Ansys’ vice-president & general manager systems and platform business unit, Eric Bantegnie explains why today’s companies require comprehensive cybersecurity to protect passengers who rely on aircraft every day.
Both commercial aircraft and small planes are vulnerable to hacking, according to recent US Department of Homeland Security reports. In response, the European Aviation Safety Agency will soon recommend new cybersecurity amendments, referring to RTCA DO-254A, DO-356A and DO-355, that outline acceptable means of compliance for safeguarding aircraft.
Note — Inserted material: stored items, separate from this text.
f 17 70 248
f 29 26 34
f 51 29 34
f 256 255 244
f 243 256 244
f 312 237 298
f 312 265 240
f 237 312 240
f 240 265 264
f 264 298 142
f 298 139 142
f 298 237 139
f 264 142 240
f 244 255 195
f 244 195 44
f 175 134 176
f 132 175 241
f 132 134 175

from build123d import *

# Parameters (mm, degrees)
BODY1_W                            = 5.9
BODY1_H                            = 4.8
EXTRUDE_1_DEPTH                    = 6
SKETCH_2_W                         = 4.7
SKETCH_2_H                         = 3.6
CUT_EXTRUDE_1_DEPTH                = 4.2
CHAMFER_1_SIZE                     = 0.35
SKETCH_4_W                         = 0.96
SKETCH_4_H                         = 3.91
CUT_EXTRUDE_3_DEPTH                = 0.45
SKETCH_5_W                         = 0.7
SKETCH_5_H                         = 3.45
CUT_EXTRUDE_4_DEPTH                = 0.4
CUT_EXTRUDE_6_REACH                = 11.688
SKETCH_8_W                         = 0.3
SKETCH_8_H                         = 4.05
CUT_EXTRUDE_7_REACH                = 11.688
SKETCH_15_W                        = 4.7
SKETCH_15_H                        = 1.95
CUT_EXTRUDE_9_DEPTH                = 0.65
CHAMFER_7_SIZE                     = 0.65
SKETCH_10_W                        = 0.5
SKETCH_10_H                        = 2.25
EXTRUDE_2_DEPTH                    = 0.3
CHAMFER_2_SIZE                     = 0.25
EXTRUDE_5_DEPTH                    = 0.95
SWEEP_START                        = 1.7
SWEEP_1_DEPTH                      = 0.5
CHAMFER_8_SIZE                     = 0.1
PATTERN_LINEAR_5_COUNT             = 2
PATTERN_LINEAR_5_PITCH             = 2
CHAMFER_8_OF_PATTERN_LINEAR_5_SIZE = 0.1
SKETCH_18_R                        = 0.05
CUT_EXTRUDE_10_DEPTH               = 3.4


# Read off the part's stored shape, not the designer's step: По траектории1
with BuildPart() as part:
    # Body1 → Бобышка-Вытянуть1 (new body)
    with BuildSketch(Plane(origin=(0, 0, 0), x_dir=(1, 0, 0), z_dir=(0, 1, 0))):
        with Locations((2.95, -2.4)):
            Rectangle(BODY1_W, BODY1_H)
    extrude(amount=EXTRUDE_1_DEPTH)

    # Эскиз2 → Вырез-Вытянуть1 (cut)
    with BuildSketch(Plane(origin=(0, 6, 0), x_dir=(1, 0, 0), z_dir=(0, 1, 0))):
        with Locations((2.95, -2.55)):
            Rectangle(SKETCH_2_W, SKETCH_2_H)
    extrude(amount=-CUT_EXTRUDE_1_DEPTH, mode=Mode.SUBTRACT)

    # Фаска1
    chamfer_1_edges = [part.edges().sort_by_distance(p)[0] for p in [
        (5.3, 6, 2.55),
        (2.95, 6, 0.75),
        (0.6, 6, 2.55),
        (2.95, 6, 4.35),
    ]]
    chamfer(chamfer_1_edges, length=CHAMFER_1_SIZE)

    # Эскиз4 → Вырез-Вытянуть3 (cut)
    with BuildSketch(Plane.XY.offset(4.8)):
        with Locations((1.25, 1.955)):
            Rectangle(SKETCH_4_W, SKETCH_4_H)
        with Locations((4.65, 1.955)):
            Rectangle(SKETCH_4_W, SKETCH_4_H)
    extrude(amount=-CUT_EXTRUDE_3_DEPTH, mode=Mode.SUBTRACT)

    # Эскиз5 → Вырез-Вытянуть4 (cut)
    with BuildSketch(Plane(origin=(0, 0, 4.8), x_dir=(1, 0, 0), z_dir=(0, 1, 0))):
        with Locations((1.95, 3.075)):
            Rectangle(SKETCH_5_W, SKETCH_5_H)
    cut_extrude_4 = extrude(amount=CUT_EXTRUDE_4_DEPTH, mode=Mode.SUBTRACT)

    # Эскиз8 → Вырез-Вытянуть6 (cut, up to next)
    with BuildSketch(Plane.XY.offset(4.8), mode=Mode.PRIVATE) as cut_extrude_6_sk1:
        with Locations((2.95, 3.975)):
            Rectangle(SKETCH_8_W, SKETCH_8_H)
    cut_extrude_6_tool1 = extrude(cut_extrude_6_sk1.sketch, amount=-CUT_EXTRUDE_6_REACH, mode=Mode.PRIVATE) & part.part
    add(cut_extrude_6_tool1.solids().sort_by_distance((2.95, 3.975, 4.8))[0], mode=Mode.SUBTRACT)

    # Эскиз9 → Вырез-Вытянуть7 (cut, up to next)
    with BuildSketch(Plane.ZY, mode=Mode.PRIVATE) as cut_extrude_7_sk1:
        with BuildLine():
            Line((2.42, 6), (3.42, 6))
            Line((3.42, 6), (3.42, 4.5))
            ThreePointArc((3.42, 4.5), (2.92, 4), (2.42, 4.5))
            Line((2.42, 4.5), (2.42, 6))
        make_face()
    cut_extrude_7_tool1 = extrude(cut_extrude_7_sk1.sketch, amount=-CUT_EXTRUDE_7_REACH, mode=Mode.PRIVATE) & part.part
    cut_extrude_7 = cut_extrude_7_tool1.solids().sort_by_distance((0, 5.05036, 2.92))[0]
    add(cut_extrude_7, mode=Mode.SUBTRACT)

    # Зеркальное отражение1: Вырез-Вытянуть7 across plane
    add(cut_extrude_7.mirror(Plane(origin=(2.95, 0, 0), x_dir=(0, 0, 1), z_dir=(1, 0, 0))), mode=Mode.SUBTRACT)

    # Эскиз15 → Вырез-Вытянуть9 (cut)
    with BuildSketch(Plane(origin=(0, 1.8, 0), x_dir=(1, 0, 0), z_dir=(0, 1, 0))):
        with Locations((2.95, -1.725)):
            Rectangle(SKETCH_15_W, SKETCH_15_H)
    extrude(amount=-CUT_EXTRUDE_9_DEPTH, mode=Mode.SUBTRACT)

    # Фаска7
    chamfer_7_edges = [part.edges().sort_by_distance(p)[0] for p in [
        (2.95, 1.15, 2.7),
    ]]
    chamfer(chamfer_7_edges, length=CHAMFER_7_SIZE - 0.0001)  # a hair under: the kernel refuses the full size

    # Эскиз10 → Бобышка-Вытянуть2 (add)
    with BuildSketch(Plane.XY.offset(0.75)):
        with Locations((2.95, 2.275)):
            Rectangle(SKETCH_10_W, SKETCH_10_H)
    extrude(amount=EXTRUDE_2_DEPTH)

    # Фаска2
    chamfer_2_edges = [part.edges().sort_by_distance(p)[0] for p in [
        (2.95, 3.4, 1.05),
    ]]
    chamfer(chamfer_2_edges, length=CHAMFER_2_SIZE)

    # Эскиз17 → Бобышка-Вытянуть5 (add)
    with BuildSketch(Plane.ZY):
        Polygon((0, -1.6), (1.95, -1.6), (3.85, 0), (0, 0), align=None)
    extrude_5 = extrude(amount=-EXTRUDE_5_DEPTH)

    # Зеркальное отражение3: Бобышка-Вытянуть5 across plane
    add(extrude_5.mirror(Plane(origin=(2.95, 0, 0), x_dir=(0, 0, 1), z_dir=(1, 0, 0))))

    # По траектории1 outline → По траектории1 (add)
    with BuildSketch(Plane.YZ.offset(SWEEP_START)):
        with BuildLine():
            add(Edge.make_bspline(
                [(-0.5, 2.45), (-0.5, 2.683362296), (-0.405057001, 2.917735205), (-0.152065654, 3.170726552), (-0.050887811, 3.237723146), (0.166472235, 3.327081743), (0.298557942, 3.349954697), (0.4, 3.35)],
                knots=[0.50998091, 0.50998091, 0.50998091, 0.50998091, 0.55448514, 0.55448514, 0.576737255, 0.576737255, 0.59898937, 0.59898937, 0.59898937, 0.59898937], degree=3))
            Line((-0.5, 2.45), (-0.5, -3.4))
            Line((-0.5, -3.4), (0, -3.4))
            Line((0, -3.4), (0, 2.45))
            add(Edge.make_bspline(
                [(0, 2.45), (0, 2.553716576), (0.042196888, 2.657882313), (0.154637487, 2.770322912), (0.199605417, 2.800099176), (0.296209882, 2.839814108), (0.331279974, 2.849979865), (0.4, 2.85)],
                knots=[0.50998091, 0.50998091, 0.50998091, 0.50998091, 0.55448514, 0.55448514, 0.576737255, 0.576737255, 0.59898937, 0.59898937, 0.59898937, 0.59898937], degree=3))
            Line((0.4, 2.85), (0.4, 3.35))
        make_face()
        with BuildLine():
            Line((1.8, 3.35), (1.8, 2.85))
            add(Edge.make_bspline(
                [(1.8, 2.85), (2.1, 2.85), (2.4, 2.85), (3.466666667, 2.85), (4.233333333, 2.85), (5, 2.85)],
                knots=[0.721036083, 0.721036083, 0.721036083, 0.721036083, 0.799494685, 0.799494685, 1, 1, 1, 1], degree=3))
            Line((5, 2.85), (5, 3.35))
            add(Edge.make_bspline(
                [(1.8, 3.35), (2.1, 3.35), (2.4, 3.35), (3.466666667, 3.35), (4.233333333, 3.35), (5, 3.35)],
Modern aircraft have unprecedented connectivity, creating numerous vulnerabilities to cyberattack. The potential for attacks increases when wider access to aircraft systems also creates back doors for hackers to exploit.
These attacks range from introducing malicious code to hacking aircraft communication data links, making it a difficult job for engineering teams to identify and address vulnerabilities across every interface, control, and connection.
To overcome this challenge, companies require comprehensive cybersecurity analysis that verifies system-level security for aircraft, identifying vulnerabilities throughout its lifecycle to eliminate risks. This will ultimately help protect the public and business commuters who rely on aircraft every day.
Determining what to protect
Waiting to handle attacks after they occur could have disastrous consequences. However, preventing attacks remains no easy task as the sheer volume of digital components, software modules and interconnections that require protection overwhelms many aircraft electronics engineering teams.
Engineers continue to grapple with today’s traditional workflow tools which cannot find problems in the early stages of design, making security assessments a very labour-intensive and expensive task. This requires teams to fix security issues as late as the prototype stage — drastically stalling development and slowing the aircraft’s path to market.
Instead, modern engineers are using new model-based security analysis tools to systematically identify and address system vulnerabilities across electronics architectures early in the design phase. Standards for electronics in aerospace systems have been established by bodies such as the FAA and EASA for a number of years and all software-based aerospace systems must comply with documents such as DO-178C, DO-297 and DO-254 to prove their airworthiness. Consequently, by using a tool that models the requirements of the regulations and builds them into a workflow, systems engineers can minimise the risk of attack by deciphering every possible means of cyberattack and estimating both their impact and their probability.
This step-by-step approach reduces much of the manual analysis surrounding cybersecurity assessments, empowering small engineering teams to streamline and accelerate common cybersecurity assessment tasks, rapidly generate highly accurate results, and eliminate the chance of human error.
Remain vigilant to threats
With cybersecurity, what may be deemed secure today may not be secure tomorrow. The process of identifying threats, assessing risks and updating the assessment and when necessary, the design, continues across an aircraft’s lifetime — from development to operations and maintenance — as new threats will require continuous evaluation.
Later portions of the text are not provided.